From: Stefano Garzarella <sgarzare@redhat.com>
To: Demi Marie Obenour <demiobenour@gmail.com>
Cc: "Michael S. Tsirkin" <mst@redhat.com>,
"Eric Dumazet" <edumazet@google.com>,
"Arseniy Krasnov" <avkrasnov@salutedevices.com>,
"Bobby Eshleman" <bobbyeshleman@meta.com>,
"Stefan Hajnoczi" <stefanha@redhat.com>,
"David S . Miller" <davem@davemloft.net>,
"Jakub Kicinski" <kuba@kernel.org>,
"Paolo Abeni" <pabeni@redhat.com>,
"Simon Horman" <horms@kernel.org>,
netdev@vger.kernel.org, eric.dumazet@gmail.com,
"Arseniy Krasnov" <AVKrasnov@sberdevices.ru>,
"Jason Wang" <jasowang@redhat.com>,
"Xuan Zhuo" <xuanzhuo@linux.alibaba.com>,
"Eugenio Pérez" <eperezma@redhat.com>,
kvm@vger.kernel.org, virtualization@lists.linux.dev,
"virtio-comment@lists.linux.dev" <virtio-comment@lists.linux.dev>,
"Manuel Stoeckl" <code@mstoeckl.com>,
"Alyssa Ross" <hi@alyssa.is>,
"Spectrum Development" <devel@spectrum-os.org>,
"systemd development" <systemd-devel@lists.freedesktop.org>,
"Val Packett" <val@invisiblethingslab.com>
Subject: Re: [PATCH net] vsock/virtio: fix potential unbounded skb queue
Date: Mon, 25 May 2026 11:14:17 +0200 [thread overview]
Message-ID: <CAGxU2F5yG1VJ6eeawAtxcgE-uEQugsG00ZrTBmqz6=AF3JyksA@mail.gmail.com> (raw)
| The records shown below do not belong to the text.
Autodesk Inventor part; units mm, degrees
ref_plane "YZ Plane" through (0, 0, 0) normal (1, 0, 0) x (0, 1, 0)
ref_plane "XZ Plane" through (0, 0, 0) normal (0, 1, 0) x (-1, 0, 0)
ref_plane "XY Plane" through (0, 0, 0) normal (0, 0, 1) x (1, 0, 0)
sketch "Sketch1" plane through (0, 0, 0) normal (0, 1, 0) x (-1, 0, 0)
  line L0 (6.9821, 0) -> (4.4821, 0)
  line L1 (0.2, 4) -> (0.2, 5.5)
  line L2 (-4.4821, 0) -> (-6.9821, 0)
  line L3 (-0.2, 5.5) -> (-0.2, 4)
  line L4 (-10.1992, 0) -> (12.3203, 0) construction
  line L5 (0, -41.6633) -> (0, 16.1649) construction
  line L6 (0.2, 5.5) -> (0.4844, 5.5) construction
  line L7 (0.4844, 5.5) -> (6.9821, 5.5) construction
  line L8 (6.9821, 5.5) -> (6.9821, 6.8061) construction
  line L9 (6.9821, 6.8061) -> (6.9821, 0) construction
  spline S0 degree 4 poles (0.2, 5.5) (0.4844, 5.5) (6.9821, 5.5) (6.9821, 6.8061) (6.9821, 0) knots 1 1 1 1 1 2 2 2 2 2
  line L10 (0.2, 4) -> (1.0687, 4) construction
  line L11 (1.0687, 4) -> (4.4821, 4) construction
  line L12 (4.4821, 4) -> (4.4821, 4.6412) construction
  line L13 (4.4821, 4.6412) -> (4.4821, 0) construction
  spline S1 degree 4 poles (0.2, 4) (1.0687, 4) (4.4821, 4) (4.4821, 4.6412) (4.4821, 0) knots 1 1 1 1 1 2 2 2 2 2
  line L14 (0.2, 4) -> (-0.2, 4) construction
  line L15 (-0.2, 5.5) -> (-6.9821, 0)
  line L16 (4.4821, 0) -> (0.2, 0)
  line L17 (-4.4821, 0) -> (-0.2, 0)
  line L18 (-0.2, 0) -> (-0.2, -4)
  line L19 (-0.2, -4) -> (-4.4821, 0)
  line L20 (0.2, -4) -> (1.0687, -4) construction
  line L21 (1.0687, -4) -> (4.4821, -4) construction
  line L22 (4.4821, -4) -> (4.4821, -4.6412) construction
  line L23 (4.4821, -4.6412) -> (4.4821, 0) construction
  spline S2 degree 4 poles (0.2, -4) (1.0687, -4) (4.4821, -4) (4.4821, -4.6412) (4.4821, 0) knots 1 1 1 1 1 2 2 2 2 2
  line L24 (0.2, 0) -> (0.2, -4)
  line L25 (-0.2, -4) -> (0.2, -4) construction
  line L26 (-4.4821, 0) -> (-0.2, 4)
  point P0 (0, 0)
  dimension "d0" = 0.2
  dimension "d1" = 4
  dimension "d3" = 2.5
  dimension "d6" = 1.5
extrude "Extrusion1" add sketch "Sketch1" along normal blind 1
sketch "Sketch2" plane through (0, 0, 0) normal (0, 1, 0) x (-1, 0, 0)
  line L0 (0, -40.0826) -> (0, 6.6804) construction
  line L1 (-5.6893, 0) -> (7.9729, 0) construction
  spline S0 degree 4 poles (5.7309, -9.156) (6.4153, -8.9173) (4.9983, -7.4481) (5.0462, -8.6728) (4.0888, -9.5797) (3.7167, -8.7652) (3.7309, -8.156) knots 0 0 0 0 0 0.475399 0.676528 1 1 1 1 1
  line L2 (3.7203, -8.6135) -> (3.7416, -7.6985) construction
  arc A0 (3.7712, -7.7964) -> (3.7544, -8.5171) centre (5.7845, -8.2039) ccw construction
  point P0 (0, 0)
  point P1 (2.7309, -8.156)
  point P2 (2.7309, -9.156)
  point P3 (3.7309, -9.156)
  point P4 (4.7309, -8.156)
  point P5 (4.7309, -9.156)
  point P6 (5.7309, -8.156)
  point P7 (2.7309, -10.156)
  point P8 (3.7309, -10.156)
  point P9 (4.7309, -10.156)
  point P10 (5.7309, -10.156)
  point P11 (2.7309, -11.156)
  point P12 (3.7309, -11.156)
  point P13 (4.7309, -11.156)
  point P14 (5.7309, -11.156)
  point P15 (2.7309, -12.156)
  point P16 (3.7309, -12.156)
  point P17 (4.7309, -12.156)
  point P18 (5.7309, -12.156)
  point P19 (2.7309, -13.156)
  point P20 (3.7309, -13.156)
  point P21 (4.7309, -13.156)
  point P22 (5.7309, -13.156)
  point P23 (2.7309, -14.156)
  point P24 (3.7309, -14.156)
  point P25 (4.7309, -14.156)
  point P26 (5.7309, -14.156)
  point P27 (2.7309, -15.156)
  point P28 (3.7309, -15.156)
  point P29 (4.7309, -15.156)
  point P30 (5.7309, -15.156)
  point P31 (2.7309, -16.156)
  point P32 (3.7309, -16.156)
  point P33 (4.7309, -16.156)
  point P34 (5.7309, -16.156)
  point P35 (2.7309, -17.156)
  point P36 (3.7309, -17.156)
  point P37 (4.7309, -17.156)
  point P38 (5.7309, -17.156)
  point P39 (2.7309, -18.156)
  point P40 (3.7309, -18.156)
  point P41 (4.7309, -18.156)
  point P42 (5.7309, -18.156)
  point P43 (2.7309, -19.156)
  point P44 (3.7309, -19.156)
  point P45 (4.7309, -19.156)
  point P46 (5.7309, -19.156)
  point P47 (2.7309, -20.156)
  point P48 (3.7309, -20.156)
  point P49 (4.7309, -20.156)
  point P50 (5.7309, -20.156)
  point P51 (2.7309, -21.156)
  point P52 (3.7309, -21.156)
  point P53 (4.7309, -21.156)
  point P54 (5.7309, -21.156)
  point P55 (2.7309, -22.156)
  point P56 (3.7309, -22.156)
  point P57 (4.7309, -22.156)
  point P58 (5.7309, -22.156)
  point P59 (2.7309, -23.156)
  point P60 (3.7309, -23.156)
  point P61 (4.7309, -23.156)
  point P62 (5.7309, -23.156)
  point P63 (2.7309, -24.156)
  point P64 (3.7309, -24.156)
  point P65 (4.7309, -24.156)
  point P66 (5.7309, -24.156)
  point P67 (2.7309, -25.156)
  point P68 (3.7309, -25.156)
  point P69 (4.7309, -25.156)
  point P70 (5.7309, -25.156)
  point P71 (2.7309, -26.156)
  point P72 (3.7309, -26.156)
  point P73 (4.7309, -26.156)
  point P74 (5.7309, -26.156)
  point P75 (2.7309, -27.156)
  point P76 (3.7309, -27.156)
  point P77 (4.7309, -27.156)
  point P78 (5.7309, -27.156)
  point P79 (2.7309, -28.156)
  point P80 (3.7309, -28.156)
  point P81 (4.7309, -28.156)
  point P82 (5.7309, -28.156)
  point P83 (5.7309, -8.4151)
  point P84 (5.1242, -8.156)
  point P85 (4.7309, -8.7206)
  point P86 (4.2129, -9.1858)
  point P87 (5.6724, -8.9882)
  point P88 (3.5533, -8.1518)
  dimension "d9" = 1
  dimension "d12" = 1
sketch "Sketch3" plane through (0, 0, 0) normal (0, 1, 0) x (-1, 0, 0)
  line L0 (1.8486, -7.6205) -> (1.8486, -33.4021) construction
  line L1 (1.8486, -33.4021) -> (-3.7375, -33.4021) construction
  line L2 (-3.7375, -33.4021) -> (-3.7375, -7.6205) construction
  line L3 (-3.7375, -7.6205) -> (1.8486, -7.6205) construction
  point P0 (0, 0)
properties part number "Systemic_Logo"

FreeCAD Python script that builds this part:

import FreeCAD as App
import Part
import Sketcher
from FreeCAD import Vector
Q = App.Units.Quantity


def add_polygon(sketch, points):
    """Adds a closed chain of lines whose ends are joined by coincident constraints."""
    first, n = sketch.GeometryCount, len(points)
    for a, b in zip(points, points[1:] + points[:1]):
        sketch.addGeometry(Part.LineSegment(App.Vector(*a, 0), App.Vector(*b, 0)), False)
    for i in range(n):
        sketch.addConstraint(Sketcher.Constraint("Coincident", first + i, 2, first + (i + 1) % n, 1))

doc = App.newDocument("Part")
body = doc.addObject("PartDesign::Body", "Body")
body.AllowCompound = True

# Sketch on XZ plane
sketch1 = body.newObject("Sketcher::SketchObject", "Sketch")
sketch1.AttachmentSupport = (doc.getObject("XZ_Plane"), [""])
sketch1.MapMode = "FlatFace"
sketch1.addGeometry(Part.BSplineCurve([Vector(-0.2, -4, 0), Vector(-1.0687, -4, 0), Vector(-4.4821, -4, 0), Vector(-4.4821, -4.6412, 0), Vector(-4.4821, 0, 0)], [5, 5], [1, 2], False, 4, [1, 1, 1, 1, 1], False), False)  # 0
sketch1.addGeometry(Part.LineSegment(Vector(-4.4821, 0, 0), Vector(-0.2, 0, 0)), False)  # 1
sketch1.addGeometry(Part.LineSegment(Vector(-0.2, 0, 0), Vector(-0.2, -4, 0)), False)  # 2
sketch1.addGeometry(Part.LineSegment(Vector(-4.4821, 0, 0), Vector(-6.9821, 0, 0)), False)  # 3
sketch1.addGeometry(Part.BSplineCurve([Vector(-0.2, 5.5, 0), Vector(-0.4844, 5.5, 0), Vector(-6.9821, 5.5, 0), Vector(-6.9821, 6.8061, 0), Vector(-6.9821, 0, 0)], [5, 5], [1, 2], False, 4, [1, 1, 1, 1, 1], False), False)  # 4
sketch1.addGeometry(Part.LineSegment(Vector(-0.2, 5.5, 0), Vector(-0.2, 4, 0)), False)  # 5
sketch1.addGeometry(Part.BSplineCurve([Vector(-0.2, 4, 0), Vector(-1.0687, 4, 0), Vector(-4.4821, 4, 0), Vector(-4.4821, 4.6412, 0), Vector(-4.4821, 0, 0)], [5, 5], [1, 2], False, 4, [1, 1, 1, 1, 1], False), False)  # 6
add_polygon(sketch1, [(0.2, 0), (4.4821, 0), (0.2, -4)])  # lines 7-9
add_polygon(sketch1, [(6.9821, 0), (4.4821, 0), (0.2, 4), (0.2, 5.5)])  # lines 10-13
sketch1.addConstraint([
    Sketcher.Constraint("Block", 0),
    Sketcher.Constraint("Block", 4),
    Sketcher.Constraint("Block", 6),
    Sketcher.Constraint("Coincident", 0, 2, 1, 1),
    Sketcher.Constraint("Coincident", 1, 2, 2, 1),
    Sketcher.Constraint("Coincident", 2, 2, 0, 1),
    Sketcher.Constraint("Coincident", 3, 2, 4, 2),
    Sketcher.Constraint("Coincident", 4, 1, 5, 1),
    Sketcher.Constraint("Coincident", 5, 2, 6, 1),
    Sketcher.Constraint("Coincident", 6, 2, 3, 1),
    Sketcher.Constraint("Horizontal", 1),
    Sketcher.Constraint("Vertical", 2),
    Sketcher.Constraint("Horizontal", 7),
    Sketcher.Constraint("Vertical", 9),
    Sketcher.Constraint("Horizontal", 10),
    Sketcher.Constraint("Vertical", 12),
    Sketcher.Constraint("Coincident", 10, 2, 7, 2),
    Sketcher.Constraint("PointOnObject", 7, 2, -1),
    Sketcher.Constraint("DistanceY", 9, 1, 9, 2, Q("4 mm")),
    Sketcher.Constraint("DistanceX", 10, 2, 10, 1, Q("2.5 mm")),
    Sketcher.Constraint("DistanceY", 12, 1, 12, 2, Q("1.5 mm")),
    Sketcher.Constraint("DistanceY", -1, 1, 11, 2, Q("4 mm")),
    Sketcher.Constraint("DistanceX", -1, 1, 8, 2, Q("0.2 mm")),
    Sketcher.Constraint("DistanceX", -1, 1, 11, 2, Q("0.2 mm")),
    Sketcher.Constraint("DistanceX", 7, 1, 7, 2, Q("4.282 mm")),
])
pad1 = body.newObject("PartDesign::Pad", "Pad")
pad1.Profile = sketch1
pad1.Length = 1
pad1.Reversed = True

doc.recompute()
In-Reply-To: <96977898-81a0-4c79-a95f-0b288e0572a6@gmail.com>
On Mon, 25 May 2026 at 04:37, Demi Marie Obenour <demiobenour@gmail.com> wrote:
>
> On 5/23/26 17:00, Demi Marie Obenour wrote:
> > On 5/8/26 06:11, Stefano Garzarella wrote:
> >> On Fri, May 08, 2026 at 05:58:06AM -0400, Michael S. Tsirkin wrote:
> >>> On Fri, May 08, 2026 at 11:41:21AM +0200, Stefano Garzarella wrote:
> >>>> On Thu, May 07, 2026 at 06:48:47PM -0400, Michael S. Tsirkin wrote:
> >>>>> On Thu, May 07, 2026 at 02:59:13PM +0200, Stefano Garzarella wrote:
> >>>>>> On Thu, May 07, 2026 at 07:45:10AM -0400, Michael S. Tsirkin wrote:
> >>>>>>> On Thu, May 07, 2026 at 11:09:47AM +0200, Stefano Garzarella wrote:
> >>>>
> >>>> [...]
> >>>>
> >>>>>>>> For now, we're already doing something:
> >>>>>>>> merging the skuffs if they don't have EOM set.
> >>>>>>>
> >>>>>>>
> >>>>>>> Right that's good. You could go further and merge with EOM too
> >>>>>>> if you stick the info about message boundaries somewhere else.
> >>>>>>
> >>>>>> This adds a lot of complexity IMO, but we can try.
> >>>>>>
> >>>>>> Do you have something in mind?
> >>>>>
> >>>>> BER is clearly overkill but here's a POC that claude made for me,
> >>>>> just to give u an idea. It's clearly has a ton of issues,
> >>>>> for example I dislike how GFP_ATOMIC is handled.
> >>>>
> >>>> Okay, I somewhat understand, but clearly this isn't net material
> >>>
> >>> I doubt we have many other options given reverting the regression was
> >>> ruled out.
> >>
> >> As Eric pointed out, we can't revert it.
> >
> > Could there be an option to disable the mitigation in guests, for the
> > situation where the host is trusted? There are VMMs that implement
> > AF_VSOCK in userspace with a backing AF_UNIX socket.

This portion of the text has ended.